(WHAT IS REQUIRED)
From the first line of the data below, repeat each line exactly until you reach the line with "face PLANE(AX(P(53.175,0,0),D(1,0,0),D(0,0,-1))) [e7]"; include that line too.

── DATA FOR PROCESSING

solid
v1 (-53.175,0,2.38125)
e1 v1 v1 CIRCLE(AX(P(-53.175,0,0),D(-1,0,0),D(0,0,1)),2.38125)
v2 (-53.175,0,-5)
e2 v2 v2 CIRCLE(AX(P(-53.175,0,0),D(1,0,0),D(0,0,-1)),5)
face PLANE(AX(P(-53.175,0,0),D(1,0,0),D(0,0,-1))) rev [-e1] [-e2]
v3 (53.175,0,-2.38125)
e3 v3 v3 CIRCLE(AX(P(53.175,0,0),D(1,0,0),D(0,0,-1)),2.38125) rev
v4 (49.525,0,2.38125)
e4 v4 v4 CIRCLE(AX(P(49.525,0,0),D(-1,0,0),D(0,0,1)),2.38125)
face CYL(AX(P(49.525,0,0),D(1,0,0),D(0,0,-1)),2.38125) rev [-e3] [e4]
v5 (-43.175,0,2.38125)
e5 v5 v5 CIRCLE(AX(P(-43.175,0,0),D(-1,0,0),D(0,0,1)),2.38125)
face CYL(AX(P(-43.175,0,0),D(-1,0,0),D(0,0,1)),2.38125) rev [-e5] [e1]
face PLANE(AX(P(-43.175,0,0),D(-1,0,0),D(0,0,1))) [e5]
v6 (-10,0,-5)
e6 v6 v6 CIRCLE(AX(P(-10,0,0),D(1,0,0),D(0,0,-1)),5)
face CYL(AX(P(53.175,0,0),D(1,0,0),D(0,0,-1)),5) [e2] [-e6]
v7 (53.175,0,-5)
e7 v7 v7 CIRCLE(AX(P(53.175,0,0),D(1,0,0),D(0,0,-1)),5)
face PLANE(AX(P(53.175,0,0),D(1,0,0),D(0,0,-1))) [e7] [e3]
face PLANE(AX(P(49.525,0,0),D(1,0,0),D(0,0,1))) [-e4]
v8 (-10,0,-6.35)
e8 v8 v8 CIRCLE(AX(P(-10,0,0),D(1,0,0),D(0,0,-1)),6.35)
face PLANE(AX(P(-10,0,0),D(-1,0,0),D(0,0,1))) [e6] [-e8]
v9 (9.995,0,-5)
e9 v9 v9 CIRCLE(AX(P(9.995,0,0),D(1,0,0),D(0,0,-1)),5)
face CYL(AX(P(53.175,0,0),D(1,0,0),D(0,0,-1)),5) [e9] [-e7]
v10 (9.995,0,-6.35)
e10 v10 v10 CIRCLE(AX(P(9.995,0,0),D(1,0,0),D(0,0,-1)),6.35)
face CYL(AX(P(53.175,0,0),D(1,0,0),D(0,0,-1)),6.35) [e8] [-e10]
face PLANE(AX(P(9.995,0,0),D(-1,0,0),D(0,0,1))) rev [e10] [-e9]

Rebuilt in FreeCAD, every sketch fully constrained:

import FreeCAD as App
import Part
import Sketcher
Q = App.Units.Quantity


def add_polygon(sketch, points):
    """Adds a closed chain of lines whose ends are joined by coincident constraints."""
    first, n = sketch.GeometryCount, len(points)
    for a, b in zip(points, points[1:] + points[:1]):
        sketch.addGeometry(Part.LineSegment(App.Vector(*a, 0), App.Vector(*b, 0)), False)
    for i in range(n):
        sketch.addConstraint(Sketcher.Constraint("Coincident", first + i, 2, first + (i + 1) % n, 1))

doc = App.newDocument("Part")
body = doc.addObject("PartDesign::Body", "Body")

# Sketch on XZ plane
sketch1 = body.newObject("Sketcher::SketchObject", "Sketch")
sketch1.AttachmentSupport = (doc.getObject("XZ_Plane"), [""])
sketch1.MapMode = "FlatFace"
add_polygon(sketch1, [(10, -6.3), (-10, -6.3), (-10, -5), (-53.2, -5), (-53.2, 0), (53.2, 0), (53.2, -5), (10, -5)])  # lines 0-7
sketch1.addConstraint([
    Sketcher.Constraint("Horizontal", 0),
    Sketcher.Constraint("Vertical", 1),
    Sketcher.Constraint("Horizontal", 2),
    Sketcher.Constraint("Vertical", 3),
    Sketcher.Constraint("Horizontal", 4),
    Sketcher.Constraint("Vertical", 5),
    Sketcher.Constraint("Horizontal", 6),
    Sketcher.Constraint("Vertical", 7),
    Sketcher.Constraint("Symmetric", 3, 2, 4, 2, -1, 1),
    Sketcher.Constraint("Horizontal", 2, 2, 5, 2),
    Sketcher.Constraint("DistanceY", 3, 1, 3, 2, Q("5 mm")),
    Sketcher.Constraint("DistanceX", 0, 2, -1, 1, Q("10 mm")),
    Sketcher.Constraint("DistanceX", 4, 1, 4, 2, Q("106.35 mm")),
    Sketcher.Constraint("DistanceX", 6, 2, 6, 1, Q("43.18 mm")),
    Sketcher.Constraint("DistanceY", 1, 1, 1, 2, Q("1.35 mm")),
])
revolution = body.newObject("PartDesign::Revolution", "Revolution")
revolution.Profile = sketch1
revolution.ReferenceAxis = (sketch1, ["H_Axis"])
revolution.Angle = 360

# Sketch on YZ plane
sketch2 = body.newObject("Sketcher::SketchObject", "Sketch001")
sketch2.AttachmentSupport = (doc.getObject("YZ_Plane"), [""])
sketch2.MapMode = "FlatFace"
sketch2.AttachmentOffset = App.Placement(App.Vector(0, 0, -53.175), App.Rotation())
sketch2.addGeometry(Part.Circle(App.Vector(0, 0, 0), App.Vector(0, 0, 1), 2.4), False)
sketch2.addConstraint([
    Sketcher.Constraint("Coincident", 0, 3, -1, 1),
    Sketcher.Constraint("Diameter", 0, Q("4.7625 mm")),
])
pocket1 = body.newObject("PartDesign::Pocket", "Pocket")
pocket1.Profile = sketch2
pocket1.Length = 10
pocket1.Reversed = True
doc.recompute()

datumplane = body.newObject("PartDesign::Plane", "DatumPlane")
datumplane.AttachmentSupport = (doc.getObject("YZ_Plane"), [""])
datumplane.MapMode = "FlatFace"
datumplane.AttachmentOffset = App.Placement(App.Vector(0, 0, 3.175), App.Rotation())
mirrored = body.newObject("PartDesign::Mirrored", "Mirrored")
mirrored.Originals = [pocket1]
mirrored.MirrorPlane = (datumplane, [""])
body.Tip = mirrored

doc.recompute()
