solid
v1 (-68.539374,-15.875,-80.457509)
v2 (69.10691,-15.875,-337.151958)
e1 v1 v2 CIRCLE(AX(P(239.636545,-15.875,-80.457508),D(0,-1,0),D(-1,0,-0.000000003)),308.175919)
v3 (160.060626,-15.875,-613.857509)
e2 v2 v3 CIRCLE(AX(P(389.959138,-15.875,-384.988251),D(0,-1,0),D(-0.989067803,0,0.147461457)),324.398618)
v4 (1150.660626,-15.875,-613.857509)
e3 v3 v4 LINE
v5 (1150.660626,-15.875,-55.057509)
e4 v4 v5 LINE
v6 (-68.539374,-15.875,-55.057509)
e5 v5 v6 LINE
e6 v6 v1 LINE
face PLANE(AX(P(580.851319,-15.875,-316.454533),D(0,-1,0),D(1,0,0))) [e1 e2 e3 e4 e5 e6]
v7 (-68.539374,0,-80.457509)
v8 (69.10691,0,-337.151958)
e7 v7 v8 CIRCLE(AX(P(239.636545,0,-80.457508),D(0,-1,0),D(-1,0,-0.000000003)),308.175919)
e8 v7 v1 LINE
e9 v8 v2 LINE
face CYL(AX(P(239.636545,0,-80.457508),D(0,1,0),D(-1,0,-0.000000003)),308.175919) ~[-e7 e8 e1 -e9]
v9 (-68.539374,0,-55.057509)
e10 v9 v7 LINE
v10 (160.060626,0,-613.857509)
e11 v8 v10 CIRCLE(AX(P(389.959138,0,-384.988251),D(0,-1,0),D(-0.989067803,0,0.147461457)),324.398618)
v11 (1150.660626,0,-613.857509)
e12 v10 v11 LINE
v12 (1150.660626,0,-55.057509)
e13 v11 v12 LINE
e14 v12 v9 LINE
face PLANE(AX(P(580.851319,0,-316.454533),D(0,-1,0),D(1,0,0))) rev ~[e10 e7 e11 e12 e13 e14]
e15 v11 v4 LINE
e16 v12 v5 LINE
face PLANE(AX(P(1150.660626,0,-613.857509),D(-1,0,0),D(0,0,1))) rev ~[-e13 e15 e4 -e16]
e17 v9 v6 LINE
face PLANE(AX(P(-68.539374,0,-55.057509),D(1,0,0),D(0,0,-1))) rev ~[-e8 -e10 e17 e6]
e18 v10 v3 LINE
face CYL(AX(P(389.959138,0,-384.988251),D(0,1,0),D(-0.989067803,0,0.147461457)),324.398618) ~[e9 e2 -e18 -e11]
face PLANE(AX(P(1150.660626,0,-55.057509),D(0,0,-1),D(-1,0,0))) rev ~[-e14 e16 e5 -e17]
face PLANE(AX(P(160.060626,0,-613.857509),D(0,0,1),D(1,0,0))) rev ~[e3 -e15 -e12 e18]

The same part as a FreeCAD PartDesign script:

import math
import FreeCAD as App
import Part
import Sketcher
from FreeCAD import Vector
Q = App.Units.Quantity

doc = App.newDocument("Part")
params = doc.addObject("Spreadsheet::Sheet", "Params")
for row, (alias, value) in enumerate([
    ("sketch1_width", "48 in"),
    ("sketch1_width2", "39 in"),
    ("sketch1_height", "1 in"),
    ("sketch1_height2", "22 in"),
    ("pad1_length", "0.625 in"),
], start=1):
    params.set(f"A{row}", alias)
    params.set(f"B{row}", "=" + value)
    params.setAlias(f"B{row}", alias)

body = doc.addObject("PartDesign::Body", "Body")

# Sketch on XZ plane
sketch1 = body.newObject("Sketcher::SketchObject", "Sketch")
sketch1.AttachmentSupport = (doc.getObject("XZ_Plane"), [""])
sketch1.MapMode = "FlatFace"
sketch1.addGeometry([
    Part.LineSegment(Vector(1151, -55, 0), Vector(-69, -55, 0)),  # 0
    Part.LineSegment(Vector(-69, -55, 0), Vector(-69, -80, 0)),  # 1
    Part.ArcOfCircle(Part.Circle(Vector(240, -80, 0), Vector(0, 0, 1), 308), math.radians(-180), math.radians(-124)),  # 2
    Part.ArcOfCircle(Part.Circle(Vector(390, -385, 0), Vector(0, 0, 1), 324), math.radians(172), math.radians(225)),  # 3
    Part.LineSegment(Vector(160, -614, 0), Vector(1151, -614, 0)),  # 4
    Part.LineSegment(Vector(1151, -614, 0), Vector(1151, -55, 0)),  # 5
], False)
sketch1.addConstraint([
    Sketcher.Constraint("Coincident", 0, 2, 1, 1),
    Sketcher.Constraint("Tangent", 1, 2, 2, 1),
    Sketcher.Constraint("Coincident", 2, 2, 3, 1),
    Sketcher.Constraint("Coincident", 3, 2, 4, 1),
    Sketcher.Constraint("Coincident", 4, 2, 5, 1),
    Sketcher.Constraint("Coincident", 5, 2, 0, 1),
    Sketcher.Constraint("Horizontal", 0),
    Sketcher.Constraint("Vertical", 1),
    Sketcher.Constraint("Horizontal", 4),
    Sketcher.Constraint("Vertical", 5),
    Sketcher.Constraint("DistanceX", 0, 2, 0, 1, Q("48 in")),
    Sketcher.Constraint("DistanceX", 4, 1, 4, 2, Q("39 in")),
    Sketcher.Constraint("DistanceY", 1, 2, 1, 1, Q("1 in")),
    Sketcher.Constraint("DistanceY", 5, 1, 5, 2, Q("22 in")),
    Sketcher.Constraint("Radius", 2, Q("308.175919 mm")),
    Sketcher.Constraint("Radius", 3, Q("324.398618 mm")),
    Sketcher.Constraint("DistanceY", 2, 3, -1, 1, Q("80.457508 mm")),
    Sketcher.Constraint("DistanceX", -1, 1, 3, 3, Q("389.959138 mm")),
    Sketcher.Constraint("DistanceY", 3, 3, -1, 1, Q("384.988251 mm")),
])
sketch1.setExpression("Constraints[10]", "Params.sketch1_width")
sketch1.setExpression("Constraints[11]", "Params.sketch1_width2")
sketch1.setExpression("Constraints[12]", "Params.sketch1_height")
sketch1.setExpression("Constraints[13]", "Params.sketch1_height2")
pad1 = body.newObject("PartDesign::Pad", "Pad")
pad1.Profile = sketch1
pad1.setExpression("Length", "Params.pad1_length")

doc.recompute()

────

(RESPONSE)
solid
v1 (-53.175,0,2.38125)
e1 v1 v1 CIRCLE(AX(P(-53.175,0,0),D(-1,0,0),D(0,0,1)),2.38125)
v2 (-53.175,0,-5)
e2 v2 v2 CIRCLE(AX(P(-53.175,0,0),D(1,0,0),D(0,0,-1)),5)
face PLANE(AX(P(-53.175,0,0),D(1,0,0),D(0,0,-1))) rev [-e1] [-e2]
v3 (53.175,0,-2.38125)
e3 v3 v3 CIRCLE(AX(P(53.175,0,0),D(1,0,0),D(0,0,-1)),2.38125) rev
v4 (49.525,0,2.38125)
e4 v4 v4 CIRCLE(AX(P(49.525,0,0),D(-1,0,0),D(0,0,1)),2.38125)
face CYL(AX(P(49.525,0,0),D(1,0,0),D(0,0,-1)),2.38125) rev [-e3] [e4]
v5 (-43.175,0,2.38125)
e5 v5 v5 CIRCLE(AX(P(-43.175,0,0),D(-1,0,0),D(0,0,1)),2.38125)
face CYL(AX(P(-43.175,0,0),D(-1,0,0),D(0,0,1)),2.38125) rev [-e5] [e1]
face PLANE(AX(P(-43.175,0,0),D(-1,0,0),D(0,0,1))) [e5]
v6 (-10,0,-5)
e6 v6 v6 CIRCLE(AX(P(-10,0,0),D(1,0,0),D(0,0,-1)),5)
face CYL(AX(P(53.175,0,0),D(1,0,0),D(0,0,-1)),5) [e2] [-e6]
v7 (53.175,0,-5)
e7 v7 v7 CIRCLE(AX(P(53.175,0,0),D(1,0,0),D(0,0,-1)),5)
face PLANE(AX(P(53.175,0,0),D(1,0,0),D(0,0,-1))) [e7] [e3]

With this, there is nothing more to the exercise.